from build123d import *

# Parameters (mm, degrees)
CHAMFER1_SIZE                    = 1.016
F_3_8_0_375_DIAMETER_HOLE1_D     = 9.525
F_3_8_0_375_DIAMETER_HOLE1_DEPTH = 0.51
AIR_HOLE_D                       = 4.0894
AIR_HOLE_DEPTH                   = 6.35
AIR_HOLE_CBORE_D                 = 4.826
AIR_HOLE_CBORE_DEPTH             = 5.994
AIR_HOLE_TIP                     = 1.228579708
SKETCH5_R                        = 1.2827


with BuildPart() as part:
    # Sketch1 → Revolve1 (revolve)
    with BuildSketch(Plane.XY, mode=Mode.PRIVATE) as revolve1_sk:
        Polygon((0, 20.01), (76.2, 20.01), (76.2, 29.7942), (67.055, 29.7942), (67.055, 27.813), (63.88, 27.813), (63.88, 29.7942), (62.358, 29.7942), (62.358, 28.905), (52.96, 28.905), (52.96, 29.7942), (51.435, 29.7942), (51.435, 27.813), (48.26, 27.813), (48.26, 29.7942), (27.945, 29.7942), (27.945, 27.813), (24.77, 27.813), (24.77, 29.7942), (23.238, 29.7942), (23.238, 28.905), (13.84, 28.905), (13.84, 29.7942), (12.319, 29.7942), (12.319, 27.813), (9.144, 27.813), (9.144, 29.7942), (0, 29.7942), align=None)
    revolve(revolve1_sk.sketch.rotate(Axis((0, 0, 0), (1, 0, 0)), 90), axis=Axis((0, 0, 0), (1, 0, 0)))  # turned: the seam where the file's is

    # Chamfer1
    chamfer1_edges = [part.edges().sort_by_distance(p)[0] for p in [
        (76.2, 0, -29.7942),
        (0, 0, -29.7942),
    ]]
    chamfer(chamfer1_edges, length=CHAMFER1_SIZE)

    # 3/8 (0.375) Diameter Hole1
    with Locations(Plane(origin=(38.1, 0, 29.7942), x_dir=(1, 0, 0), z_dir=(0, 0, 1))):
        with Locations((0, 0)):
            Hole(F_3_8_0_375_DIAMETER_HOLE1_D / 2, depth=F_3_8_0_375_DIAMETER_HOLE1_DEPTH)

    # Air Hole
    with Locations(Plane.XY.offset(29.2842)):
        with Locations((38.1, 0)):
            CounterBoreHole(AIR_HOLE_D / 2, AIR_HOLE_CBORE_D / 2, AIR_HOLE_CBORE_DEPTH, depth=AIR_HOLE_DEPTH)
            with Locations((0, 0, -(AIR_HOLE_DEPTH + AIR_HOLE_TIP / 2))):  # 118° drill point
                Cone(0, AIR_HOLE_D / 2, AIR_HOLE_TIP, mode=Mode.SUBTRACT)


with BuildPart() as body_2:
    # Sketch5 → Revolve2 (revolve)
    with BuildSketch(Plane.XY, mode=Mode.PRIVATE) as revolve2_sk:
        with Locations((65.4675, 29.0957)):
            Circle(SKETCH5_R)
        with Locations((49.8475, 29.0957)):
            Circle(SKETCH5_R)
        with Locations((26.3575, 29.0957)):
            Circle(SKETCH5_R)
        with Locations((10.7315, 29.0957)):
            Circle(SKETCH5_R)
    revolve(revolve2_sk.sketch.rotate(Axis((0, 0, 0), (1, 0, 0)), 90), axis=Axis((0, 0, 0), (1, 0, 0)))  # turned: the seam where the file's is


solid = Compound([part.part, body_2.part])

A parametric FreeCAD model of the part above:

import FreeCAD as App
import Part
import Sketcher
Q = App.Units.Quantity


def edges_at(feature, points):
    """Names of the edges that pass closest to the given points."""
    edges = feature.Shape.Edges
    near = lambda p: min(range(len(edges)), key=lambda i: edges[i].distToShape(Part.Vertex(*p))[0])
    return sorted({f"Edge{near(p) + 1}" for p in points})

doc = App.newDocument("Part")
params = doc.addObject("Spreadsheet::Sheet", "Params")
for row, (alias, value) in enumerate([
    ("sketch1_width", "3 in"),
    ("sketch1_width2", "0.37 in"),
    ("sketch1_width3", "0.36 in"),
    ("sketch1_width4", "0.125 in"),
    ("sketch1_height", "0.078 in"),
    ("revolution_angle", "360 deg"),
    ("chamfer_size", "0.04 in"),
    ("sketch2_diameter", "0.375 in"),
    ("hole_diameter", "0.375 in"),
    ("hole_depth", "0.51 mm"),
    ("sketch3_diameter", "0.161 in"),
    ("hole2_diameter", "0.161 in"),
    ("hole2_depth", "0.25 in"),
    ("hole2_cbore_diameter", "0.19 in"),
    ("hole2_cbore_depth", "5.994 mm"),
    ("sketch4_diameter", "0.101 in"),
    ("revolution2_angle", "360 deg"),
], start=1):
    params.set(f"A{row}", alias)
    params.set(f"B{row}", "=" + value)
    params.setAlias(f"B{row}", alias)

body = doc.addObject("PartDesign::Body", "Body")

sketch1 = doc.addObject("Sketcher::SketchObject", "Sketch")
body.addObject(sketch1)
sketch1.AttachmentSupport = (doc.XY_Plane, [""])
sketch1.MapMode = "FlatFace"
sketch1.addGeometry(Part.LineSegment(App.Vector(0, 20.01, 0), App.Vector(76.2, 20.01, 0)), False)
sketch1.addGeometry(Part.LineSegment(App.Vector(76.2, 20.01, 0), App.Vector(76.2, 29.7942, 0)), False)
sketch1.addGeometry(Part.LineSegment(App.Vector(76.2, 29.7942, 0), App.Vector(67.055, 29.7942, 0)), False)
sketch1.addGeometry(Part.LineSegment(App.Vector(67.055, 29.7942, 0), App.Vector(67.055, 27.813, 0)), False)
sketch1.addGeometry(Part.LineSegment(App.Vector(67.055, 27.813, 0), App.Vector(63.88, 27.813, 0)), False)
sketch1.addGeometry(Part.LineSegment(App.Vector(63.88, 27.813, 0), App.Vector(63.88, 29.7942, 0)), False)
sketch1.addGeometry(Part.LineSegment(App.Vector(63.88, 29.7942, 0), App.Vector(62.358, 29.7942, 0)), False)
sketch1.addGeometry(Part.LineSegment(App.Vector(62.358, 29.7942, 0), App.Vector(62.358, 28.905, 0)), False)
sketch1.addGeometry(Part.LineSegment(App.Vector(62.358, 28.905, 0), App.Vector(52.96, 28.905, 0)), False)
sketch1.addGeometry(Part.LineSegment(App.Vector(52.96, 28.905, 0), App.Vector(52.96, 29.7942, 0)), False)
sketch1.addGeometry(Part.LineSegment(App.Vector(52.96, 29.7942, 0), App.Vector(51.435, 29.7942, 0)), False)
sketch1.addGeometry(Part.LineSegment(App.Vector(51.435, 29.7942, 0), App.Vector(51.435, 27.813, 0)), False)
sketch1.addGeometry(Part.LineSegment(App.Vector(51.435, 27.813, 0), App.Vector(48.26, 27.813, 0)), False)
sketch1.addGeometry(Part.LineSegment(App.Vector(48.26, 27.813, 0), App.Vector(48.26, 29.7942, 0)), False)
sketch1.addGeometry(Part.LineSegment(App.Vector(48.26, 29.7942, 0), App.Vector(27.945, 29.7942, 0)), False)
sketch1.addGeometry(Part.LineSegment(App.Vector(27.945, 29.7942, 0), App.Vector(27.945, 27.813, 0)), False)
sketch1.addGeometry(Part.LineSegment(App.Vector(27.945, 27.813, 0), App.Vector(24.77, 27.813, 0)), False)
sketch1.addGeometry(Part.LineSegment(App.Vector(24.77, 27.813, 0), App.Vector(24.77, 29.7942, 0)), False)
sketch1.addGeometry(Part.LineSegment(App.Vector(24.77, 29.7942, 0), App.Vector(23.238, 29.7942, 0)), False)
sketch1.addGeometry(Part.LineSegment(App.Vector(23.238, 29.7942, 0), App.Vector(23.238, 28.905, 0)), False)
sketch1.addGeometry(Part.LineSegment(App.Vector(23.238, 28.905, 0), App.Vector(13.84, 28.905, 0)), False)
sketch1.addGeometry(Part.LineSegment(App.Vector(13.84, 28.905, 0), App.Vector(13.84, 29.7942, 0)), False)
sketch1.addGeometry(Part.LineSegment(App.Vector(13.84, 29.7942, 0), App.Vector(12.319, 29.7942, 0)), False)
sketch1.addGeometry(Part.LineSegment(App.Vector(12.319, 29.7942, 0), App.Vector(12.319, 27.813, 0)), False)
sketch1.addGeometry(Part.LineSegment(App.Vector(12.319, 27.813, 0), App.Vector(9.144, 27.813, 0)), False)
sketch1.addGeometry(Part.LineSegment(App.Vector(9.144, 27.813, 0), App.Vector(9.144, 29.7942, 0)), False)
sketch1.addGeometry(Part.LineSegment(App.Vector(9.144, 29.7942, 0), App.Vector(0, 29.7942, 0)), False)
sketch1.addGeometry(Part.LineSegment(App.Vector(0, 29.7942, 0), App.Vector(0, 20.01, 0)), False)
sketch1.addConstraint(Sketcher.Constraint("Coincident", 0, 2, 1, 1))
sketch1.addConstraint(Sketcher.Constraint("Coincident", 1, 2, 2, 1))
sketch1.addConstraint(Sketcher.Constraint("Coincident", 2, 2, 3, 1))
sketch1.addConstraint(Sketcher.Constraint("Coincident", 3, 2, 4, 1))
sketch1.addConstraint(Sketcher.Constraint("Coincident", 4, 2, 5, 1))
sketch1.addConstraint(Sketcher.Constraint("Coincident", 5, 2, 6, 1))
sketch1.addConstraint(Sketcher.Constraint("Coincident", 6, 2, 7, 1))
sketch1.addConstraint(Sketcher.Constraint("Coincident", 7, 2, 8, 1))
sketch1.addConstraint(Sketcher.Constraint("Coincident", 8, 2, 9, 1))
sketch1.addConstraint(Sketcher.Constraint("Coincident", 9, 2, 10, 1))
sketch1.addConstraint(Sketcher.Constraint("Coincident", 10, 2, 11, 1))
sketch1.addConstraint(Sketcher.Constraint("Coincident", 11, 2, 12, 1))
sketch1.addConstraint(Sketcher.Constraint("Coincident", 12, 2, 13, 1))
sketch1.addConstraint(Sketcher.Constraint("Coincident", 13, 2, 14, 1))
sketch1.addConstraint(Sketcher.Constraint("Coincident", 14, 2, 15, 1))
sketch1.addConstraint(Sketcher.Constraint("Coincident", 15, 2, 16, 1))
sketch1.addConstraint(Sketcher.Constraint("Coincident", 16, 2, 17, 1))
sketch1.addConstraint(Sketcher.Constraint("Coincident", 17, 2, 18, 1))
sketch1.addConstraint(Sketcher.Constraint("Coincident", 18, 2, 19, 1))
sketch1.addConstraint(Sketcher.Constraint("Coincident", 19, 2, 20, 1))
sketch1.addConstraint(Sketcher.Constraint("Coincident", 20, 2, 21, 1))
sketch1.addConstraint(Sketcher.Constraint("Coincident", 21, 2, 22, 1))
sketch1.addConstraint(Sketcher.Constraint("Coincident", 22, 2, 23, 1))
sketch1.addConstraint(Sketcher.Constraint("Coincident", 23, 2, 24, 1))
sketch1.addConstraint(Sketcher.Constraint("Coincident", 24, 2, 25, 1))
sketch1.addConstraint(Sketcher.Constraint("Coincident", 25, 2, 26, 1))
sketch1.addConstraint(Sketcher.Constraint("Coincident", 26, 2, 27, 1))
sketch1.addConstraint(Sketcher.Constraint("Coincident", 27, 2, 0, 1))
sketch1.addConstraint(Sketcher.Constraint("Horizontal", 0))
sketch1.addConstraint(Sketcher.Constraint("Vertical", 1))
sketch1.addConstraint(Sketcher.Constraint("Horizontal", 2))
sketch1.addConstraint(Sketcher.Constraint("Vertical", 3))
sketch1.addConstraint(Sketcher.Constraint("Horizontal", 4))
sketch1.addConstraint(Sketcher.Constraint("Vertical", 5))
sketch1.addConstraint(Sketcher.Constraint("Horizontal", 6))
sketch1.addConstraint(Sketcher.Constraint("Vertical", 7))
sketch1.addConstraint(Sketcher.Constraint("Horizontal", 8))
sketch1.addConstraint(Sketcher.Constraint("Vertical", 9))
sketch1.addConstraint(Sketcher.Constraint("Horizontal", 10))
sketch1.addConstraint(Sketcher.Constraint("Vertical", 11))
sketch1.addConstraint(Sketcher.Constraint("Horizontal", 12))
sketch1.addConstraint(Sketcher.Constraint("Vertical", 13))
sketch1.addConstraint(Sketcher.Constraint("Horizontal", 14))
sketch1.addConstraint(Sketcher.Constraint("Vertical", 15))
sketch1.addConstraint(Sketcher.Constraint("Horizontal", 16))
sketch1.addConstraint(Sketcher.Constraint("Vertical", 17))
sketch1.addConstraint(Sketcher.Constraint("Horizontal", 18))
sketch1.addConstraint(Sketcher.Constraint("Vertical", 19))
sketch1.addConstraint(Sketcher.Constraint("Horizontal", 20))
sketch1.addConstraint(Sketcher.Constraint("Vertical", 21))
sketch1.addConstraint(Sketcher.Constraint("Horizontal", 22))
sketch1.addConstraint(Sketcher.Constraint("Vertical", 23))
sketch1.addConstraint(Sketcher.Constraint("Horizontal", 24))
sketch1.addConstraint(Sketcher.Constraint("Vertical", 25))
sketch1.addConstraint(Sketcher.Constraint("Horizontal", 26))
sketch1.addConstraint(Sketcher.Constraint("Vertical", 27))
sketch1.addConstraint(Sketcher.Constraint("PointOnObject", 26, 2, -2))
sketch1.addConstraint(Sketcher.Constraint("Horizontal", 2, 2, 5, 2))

...

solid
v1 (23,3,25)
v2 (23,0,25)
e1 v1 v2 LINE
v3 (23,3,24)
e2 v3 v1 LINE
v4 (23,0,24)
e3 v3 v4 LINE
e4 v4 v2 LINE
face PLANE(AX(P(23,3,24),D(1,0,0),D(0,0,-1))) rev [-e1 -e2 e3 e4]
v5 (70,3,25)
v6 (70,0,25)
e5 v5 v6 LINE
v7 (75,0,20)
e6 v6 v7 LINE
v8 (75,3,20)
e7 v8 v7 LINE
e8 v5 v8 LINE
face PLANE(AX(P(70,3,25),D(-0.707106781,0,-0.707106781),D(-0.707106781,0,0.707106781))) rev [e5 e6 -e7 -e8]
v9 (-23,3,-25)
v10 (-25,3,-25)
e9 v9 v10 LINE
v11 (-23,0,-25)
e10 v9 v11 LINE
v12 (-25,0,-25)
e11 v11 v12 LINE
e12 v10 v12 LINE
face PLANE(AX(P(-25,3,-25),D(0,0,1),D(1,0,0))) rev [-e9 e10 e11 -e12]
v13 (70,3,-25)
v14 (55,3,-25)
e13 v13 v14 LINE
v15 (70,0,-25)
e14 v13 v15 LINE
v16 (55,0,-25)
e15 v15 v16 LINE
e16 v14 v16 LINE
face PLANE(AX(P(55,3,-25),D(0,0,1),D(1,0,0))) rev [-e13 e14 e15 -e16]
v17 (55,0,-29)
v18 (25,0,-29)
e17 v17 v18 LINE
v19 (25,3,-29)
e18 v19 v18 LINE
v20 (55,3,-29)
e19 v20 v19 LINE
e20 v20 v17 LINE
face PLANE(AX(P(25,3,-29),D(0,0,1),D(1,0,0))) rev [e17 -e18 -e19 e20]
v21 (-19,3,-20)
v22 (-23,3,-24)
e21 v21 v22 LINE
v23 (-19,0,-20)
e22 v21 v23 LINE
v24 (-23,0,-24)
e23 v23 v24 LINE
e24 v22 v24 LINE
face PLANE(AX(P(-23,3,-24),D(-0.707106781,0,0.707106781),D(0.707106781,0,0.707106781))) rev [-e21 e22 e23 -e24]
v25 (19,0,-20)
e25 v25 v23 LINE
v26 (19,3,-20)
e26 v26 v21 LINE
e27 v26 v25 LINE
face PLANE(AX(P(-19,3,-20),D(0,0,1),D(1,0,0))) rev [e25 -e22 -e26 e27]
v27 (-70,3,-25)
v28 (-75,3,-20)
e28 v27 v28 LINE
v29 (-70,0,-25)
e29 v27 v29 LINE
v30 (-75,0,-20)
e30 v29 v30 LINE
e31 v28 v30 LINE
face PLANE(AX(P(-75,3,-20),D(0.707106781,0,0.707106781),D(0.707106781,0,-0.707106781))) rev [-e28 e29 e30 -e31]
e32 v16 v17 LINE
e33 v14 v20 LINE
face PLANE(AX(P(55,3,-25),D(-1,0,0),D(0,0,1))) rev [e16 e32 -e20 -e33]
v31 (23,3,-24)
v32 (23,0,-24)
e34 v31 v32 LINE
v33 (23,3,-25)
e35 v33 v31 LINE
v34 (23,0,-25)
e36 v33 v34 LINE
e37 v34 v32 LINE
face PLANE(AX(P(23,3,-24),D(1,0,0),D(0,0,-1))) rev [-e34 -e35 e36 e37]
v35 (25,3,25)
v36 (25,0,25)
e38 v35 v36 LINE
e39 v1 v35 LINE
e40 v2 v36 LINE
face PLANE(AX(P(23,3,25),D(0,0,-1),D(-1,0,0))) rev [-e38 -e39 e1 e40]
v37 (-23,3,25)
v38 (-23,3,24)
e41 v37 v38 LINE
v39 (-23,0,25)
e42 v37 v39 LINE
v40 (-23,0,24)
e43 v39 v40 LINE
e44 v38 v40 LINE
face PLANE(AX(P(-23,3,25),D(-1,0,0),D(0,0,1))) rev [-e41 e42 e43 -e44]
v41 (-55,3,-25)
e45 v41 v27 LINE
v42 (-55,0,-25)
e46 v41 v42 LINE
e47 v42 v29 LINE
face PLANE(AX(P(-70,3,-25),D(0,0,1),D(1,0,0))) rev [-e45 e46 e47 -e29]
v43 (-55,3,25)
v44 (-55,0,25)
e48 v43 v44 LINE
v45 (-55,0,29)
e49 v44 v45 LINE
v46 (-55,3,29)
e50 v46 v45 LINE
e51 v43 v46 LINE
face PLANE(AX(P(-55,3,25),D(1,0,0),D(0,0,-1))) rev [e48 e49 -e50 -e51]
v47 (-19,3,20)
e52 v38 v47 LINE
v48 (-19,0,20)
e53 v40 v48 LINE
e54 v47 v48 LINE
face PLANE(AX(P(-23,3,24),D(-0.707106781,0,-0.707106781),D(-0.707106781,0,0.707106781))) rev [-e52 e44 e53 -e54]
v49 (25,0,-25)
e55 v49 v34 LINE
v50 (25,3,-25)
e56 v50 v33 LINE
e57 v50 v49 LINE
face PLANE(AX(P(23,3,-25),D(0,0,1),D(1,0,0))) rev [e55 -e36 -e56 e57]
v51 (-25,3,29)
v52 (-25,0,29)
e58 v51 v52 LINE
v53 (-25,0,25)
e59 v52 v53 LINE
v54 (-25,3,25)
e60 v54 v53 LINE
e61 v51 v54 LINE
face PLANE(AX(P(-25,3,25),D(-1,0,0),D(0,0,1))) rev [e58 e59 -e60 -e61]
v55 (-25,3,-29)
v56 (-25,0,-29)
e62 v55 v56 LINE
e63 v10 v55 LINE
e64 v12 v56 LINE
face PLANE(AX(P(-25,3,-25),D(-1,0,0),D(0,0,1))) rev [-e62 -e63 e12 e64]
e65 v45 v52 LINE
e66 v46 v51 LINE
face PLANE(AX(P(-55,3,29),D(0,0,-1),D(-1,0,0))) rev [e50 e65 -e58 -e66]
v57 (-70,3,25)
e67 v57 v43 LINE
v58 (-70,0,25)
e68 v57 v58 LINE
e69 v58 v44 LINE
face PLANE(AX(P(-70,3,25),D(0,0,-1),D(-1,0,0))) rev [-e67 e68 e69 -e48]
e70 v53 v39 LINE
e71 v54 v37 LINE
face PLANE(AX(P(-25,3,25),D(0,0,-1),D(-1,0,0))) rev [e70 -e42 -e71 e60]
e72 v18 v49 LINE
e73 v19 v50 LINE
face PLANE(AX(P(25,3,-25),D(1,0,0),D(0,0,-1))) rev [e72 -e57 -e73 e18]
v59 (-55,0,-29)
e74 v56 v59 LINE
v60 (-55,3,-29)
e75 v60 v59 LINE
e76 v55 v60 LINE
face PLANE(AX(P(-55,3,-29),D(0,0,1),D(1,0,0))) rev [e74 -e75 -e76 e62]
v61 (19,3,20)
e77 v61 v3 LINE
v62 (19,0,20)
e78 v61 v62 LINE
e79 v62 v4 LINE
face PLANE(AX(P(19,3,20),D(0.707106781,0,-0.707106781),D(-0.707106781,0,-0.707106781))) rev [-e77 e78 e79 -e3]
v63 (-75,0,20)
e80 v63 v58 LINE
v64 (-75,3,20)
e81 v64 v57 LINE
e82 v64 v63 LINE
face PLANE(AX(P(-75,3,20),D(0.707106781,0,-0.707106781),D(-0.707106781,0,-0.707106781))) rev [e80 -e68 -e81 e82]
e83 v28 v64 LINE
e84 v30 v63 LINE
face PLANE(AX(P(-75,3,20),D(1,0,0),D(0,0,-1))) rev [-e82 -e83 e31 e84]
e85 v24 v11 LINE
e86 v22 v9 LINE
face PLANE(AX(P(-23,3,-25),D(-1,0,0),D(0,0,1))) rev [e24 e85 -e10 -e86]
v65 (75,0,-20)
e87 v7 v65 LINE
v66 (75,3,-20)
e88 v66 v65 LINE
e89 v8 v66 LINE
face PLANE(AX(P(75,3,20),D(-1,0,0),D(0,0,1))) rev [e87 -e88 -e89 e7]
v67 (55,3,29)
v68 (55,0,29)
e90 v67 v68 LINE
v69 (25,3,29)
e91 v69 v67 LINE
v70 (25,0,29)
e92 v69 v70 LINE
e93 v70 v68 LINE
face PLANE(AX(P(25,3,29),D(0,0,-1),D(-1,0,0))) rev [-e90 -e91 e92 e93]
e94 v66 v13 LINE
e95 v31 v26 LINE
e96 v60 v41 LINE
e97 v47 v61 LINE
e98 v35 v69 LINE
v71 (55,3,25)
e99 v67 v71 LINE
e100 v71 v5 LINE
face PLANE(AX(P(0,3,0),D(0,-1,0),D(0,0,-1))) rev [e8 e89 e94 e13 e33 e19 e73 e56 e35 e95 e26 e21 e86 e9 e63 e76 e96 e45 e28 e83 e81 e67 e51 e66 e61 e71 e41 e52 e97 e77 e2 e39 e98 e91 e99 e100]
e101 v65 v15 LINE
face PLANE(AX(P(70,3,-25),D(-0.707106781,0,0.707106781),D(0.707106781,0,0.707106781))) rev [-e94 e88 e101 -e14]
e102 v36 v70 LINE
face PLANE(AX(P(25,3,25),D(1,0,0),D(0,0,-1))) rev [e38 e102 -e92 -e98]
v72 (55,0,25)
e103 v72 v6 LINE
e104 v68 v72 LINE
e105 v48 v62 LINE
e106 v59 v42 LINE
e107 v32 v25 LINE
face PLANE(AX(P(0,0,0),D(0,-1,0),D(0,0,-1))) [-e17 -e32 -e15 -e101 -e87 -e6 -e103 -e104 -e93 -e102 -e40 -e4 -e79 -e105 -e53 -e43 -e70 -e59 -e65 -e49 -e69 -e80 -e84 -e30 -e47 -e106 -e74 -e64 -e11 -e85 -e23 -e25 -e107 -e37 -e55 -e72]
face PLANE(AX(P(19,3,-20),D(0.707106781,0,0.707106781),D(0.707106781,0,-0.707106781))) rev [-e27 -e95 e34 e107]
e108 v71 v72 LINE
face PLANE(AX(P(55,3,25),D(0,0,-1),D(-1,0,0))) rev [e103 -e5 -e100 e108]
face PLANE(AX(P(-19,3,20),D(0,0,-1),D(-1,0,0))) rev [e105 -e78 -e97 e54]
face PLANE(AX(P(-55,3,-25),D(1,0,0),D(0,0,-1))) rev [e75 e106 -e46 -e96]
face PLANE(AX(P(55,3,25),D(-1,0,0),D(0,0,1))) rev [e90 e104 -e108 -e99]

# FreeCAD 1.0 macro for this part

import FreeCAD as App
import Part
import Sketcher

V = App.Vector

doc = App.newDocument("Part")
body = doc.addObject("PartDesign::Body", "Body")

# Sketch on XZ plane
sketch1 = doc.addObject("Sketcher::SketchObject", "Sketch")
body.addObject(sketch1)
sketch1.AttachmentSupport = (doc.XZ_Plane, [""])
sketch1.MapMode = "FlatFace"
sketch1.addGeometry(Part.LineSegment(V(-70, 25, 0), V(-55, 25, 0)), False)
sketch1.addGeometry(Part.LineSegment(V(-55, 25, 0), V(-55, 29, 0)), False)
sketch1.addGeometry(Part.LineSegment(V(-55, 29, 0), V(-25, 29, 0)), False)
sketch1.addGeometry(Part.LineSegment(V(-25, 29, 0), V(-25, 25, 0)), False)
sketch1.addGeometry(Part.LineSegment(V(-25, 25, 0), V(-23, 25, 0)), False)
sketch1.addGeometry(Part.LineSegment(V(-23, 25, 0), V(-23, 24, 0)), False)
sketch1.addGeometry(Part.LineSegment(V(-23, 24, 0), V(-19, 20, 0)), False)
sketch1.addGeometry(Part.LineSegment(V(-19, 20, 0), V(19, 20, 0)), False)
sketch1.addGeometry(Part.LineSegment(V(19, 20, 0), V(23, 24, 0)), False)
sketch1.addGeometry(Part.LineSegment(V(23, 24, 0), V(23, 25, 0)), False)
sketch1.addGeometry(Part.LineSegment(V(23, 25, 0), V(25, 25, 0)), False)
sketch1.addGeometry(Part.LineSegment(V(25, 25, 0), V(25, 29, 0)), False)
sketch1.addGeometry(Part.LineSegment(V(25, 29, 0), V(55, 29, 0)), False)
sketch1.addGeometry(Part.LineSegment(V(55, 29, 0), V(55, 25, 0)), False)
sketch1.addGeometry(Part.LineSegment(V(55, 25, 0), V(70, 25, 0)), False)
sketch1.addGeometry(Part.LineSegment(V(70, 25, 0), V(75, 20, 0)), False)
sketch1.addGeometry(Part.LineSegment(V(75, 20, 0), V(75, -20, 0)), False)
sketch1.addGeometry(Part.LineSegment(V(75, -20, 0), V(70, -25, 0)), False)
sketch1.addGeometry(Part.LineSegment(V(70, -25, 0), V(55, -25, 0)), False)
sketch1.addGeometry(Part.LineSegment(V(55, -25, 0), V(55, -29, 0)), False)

**The task**
Your task is to retype the entries verbatim, starting with the line that holds "v57 (-70,3,25)" and stopping after the line that holds "e100 v71 v5 LINE".

**Your solution**
v57 (-70,3,25)
e67 v57 v43 LINE
v58 (-70,0,25)
e68 v57 v58 LINE
e69 v58 v44 LINE
face PLANE(AX(P(-70,3,25),D(0,0,-1),D(-1,0,0))) rev [-e67 e68 e69 -e48]
e70 v53 v39 LINE
e71 v54 v37 LINE
face PLANE(AX(P(-25,3,25),D(0,0,-1),D(-1,0,0))) rev [e70 -e42 -e71 e60]
e72 v18 v49 LINE
e73 v19 v50 LINE
face PLANE(AX(P(25,3,-25),D(1,0,0),D(0,0,-1))) rev [e72 -e57 -e73 e18]
v59 (-55,0,-29)
e74 v56 v59 LINE
v60 (-55,3,-29)
e75 v60 v59 LINE
e76 v55 v60 LINE
face PLANE(AX(P(-55,3,-29),D(0,0,1),D(1,0,0))) rev [e74 -e75 -e76 e62]
v61 (19,3,20)
e77 v61 v3 LINE
v62 (19,0,20)
e78 v61 v62 LINE
e79 v62 v4 LINE
face PLANE(AX(P(19,3,20),D(0.707106781,0,-0.707106781),D(-0.707106781,0,-0.707106781))) rev [-e77 e78 e79 -e3]
v63 (-75,0,20)
e80 v63 v58 LINE
v64 (-75,3,20)
e81 v64 v57 LINE
e82 v64 v63 LINE
face PLANE(AX(P(-75,3,20),D(0.707106781,0,-0.707106781),D(-0.707106781,0,-0.707106781))) rev [e80 -e68 -e81 e82]
e83 v28 v64 LINE
e84 v30 v63 LINE
face PLANE(AX(P(-75,3,20),D(1,0,0),D(0,0,-1))) rev [-e82 -e83 e31 e84]
e85 v24 v11 LINE
e86 v22 v9 LINE
face PLANE(AX(P(-23,3,-25),D(-1,0,0),D(0,0,1))) rev [e24 e85 -e10 -e86]
v65 (75,0,-20)
e87 v7 v65 LINE
v66 (75,3,-20)
e88 v66 v65 LINE
e89 v8 v66 LINE
face PLANE(AX(P(75,3,20),D(-1,0,0),D(0,0,1))) rev [e87 -e88 -e89 e7]
v67 (55,3,29)
v68 (55,0,29)
e90 v67 v68 LINE
v69 (25,3,29)
e91 v69 v67 LINE
v70 (25,0,29)
e92 v69 v70 LINE
e93 v70 v68 LINE
face PLANE(AX(P(25,3,29),D(0,0,-1),D(-1,0,0))) rev [-e90 -e91 e92 e93]
e94 v66 v13 LINE
e95 v31 v26 LINE
e96 v60 v41 LINE
e97 v47 v61 LINE
e98 v35 v69 LINE
v71 (55,3,25)
e99 v67 v71 LINE
e100 v71 v5 LINE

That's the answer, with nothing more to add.